Firstly, they can support researchers with collecting their data (professional positions, research outputs, funding, activities, etc.) in an automated or semi-automated fashion and allow them to curate and complement this with any other information that they consider important. Secondly, by making these researcher profiles machine-readable and interoperable with institutional recruiting platforms, applicants should be able to import many of the data directly into the application form. This should reduce the time-consuming manual labour and allow researchers to focus on the parts of their application that need their personal and intellectual contribution.
How can open infrastructures support responsible use of indicators, so they inform judgement rather than replacing it?
We have to acknowledge that metrics will continue to play a role in research assessment. Even as reform initiatives encourage moving beyond narrow quantitative indicators in individual evaluations, metrics are likely to remain relevant in other contexts, for example in institutional monitoring, strategic planning, and reporting against key performance indicators. The challenge, therefore, is not to eliminate indicators entirely, but to ensure they are used responsibly and in ways that are contextualised. Crucially, research communities themselves should define what constitutes responsible use of indicators in their specific evaluation contexts, as different disciplines require different forms of evidence.
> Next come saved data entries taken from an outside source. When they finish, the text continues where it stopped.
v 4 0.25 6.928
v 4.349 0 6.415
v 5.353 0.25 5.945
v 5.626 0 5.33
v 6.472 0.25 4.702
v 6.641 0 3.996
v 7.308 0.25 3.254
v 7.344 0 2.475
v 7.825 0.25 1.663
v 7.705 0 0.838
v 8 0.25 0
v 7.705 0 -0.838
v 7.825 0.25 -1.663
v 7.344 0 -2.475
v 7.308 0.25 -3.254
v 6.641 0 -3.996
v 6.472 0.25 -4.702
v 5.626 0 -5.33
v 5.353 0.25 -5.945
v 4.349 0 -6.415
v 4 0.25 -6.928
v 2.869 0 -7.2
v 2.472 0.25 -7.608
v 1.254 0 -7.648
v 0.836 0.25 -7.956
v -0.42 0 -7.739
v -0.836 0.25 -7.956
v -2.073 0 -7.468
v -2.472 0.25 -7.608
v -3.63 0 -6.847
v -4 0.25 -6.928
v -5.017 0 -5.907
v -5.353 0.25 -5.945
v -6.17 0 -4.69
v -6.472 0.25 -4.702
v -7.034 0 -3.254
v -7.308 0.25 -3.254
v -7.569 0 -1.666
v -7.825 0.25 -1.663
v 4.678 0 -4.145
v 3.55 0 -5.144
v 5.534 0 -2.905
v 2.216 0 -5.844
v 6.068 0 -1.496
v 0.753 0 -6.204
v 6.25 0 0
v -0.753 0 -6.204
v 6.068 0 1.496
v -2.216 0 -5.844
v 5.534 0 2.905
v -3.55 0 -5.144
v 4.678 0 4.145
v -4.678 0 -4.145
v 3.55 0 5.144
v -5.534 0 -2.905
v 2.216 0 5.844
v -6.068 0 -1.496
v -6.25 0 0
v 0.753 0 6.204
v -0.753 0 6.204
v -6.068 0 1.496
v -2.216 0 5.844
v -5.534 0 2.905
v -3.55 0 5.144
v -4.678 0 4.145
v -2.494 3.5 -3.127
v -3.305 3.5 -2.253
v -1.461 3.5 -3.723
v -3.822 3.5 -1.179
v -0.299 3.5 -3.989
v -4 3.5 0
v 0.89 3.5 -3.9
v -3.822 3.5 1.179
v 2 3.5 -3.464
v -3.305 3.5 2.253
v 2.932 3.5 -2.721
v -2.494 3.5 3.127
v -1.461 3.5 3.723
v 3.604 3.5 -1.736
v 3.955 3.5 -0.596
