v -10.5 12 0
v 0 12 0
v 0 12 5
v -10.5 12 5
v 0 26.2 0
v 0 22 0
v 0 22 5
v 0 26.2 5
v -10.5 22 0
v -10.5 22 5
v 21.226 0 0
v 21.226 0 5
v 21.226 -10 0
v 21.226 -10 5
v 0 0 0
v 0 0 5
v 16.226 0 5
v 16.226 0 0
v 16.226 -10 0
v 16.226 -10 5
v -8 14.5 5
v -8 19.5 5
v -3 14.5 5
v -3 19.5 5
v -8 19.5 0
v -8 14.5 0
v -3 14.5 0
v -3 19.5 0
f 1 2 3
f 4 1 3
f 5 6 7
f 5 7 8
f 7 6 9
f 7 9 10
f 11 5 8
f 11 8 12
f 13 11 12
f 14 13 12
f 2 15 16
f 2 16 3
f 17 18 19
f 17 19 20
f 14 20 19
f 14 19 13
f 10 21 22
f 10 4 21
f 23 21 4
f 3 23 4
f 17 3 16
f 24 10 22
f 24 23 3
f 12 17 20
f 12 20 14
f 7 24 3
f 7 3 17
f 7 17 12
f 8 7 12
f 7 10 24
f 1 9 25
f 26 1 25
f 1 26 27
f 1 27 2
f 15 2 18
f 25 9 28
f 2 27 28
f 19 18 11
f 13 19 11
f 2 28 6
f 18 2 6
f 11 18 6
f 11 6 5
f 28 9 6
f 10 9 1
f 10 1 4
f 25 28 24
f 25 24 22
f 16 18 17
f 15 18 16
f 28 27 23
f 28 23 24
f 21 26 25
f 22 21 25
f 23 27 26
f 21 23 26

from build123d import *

# Parameters (mm, degrees)
BOSS_EXTRU_1_DEPTH      = 5
ESQUISSE3_W             = 5
ESQUISSE3_H             = 5
BOSS_EXTRU_3_DEPTH      = 10
ESQUISSE2_W             = 5
ESQUISSE2_H             = 10
BOSS_EXTRU_5_DEPTH      = 10.5
ESQUISSE4_W             = 5
ESQUISSE4_H             = 5
ENL_V_MAT_EXTRU_1_DEPTH = 10


with BuildPart() as part:
    # Esquisse1 → Boss.-Extru.1 (new body)
    with BuildSketch(Plane.XY):
        Polygon((0, 0), (0, 26.2), (21.226398658, 0), align=None)
    extrude(amount=BOSS_EXTRU_1_DEPTH)

    # Esquisse3 → Boss.-Extru.3 (add)
    with BuildSketch(Plane.XZ):
        with Locations((18.726398658, 2.5)):
            Rectangle(ESQUISSE3_W, ESQUISSE3_H)
    extrude(amount=BOSS_EXTRU_3_DEPTH)

    # Esquisse2 → Boss.-Extru.5 (add)
    with BuildSketch(Plane.ZY):
        with Locations((2.5, 17)):
            Rectangle(ESQUISSE2_W, ESQUISSE2_H)
    extrude(amount=BOSS_EXTRU_5_DEPTH)

    # Esquisse4 → Enlèv. mat.-Extru.1 (cut)
    with BuildSketch(Plane(origin=(0, 0, 0), x_dir=(-1, 0, 0), z_dir=(0, 0, -1))):
        with Locations((5.5, 17)):
            Rectangle(ESQUISSE4_W, ESQUISSE4_H)
    extrude(amount=-ENL_V_MAT_EXTRU_1_DEPTH, mode=Mode.SUBTRACT)


solid = part.part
However, any responsible use of indicators is impossible without access to high-quality and trustworthy information sources. To make assessments fair and verifiable, both the data sources and the methodologies used to derive indicators must be transparent. Open infrastructures should additionally be based on governance structures that enable community oversight and improvement that works in the interest of research. This transparency allows the research community to scrutinise how indicators are produced, what their limitations are, and where they may introduce bias.
Taken together, these reflections point to a clear direction: responsible research assessment is not about replacing one set of indicators with another, but about rethinking how contributions are recognised across the research lifecycle. The Helmholtz survey highlights the need to better align what institutions reward with what researchers themselves value, while ensuring evaluation processes remain fair, transparent, and context-aware.
As Dr. Vleugel emphasises, this shift depends on access to trustworthy, open infrastructures that make data and methodologies visible and open to scrutiny. Approaches such as narrative CVs offer a practical way forward, helping to capture a broader range of contributions while providing evaluators with essential context.
Reflecting this wider shift, OpenAIRE is developing researcher profiles and flexible narrative CV templates as part of MyResearchFolio, a service currently in testing. By combining community-driven standards with interoperable infrastructures, these efforts aim to reduce administrative burden and support more inclusive and meaningful assessment practices.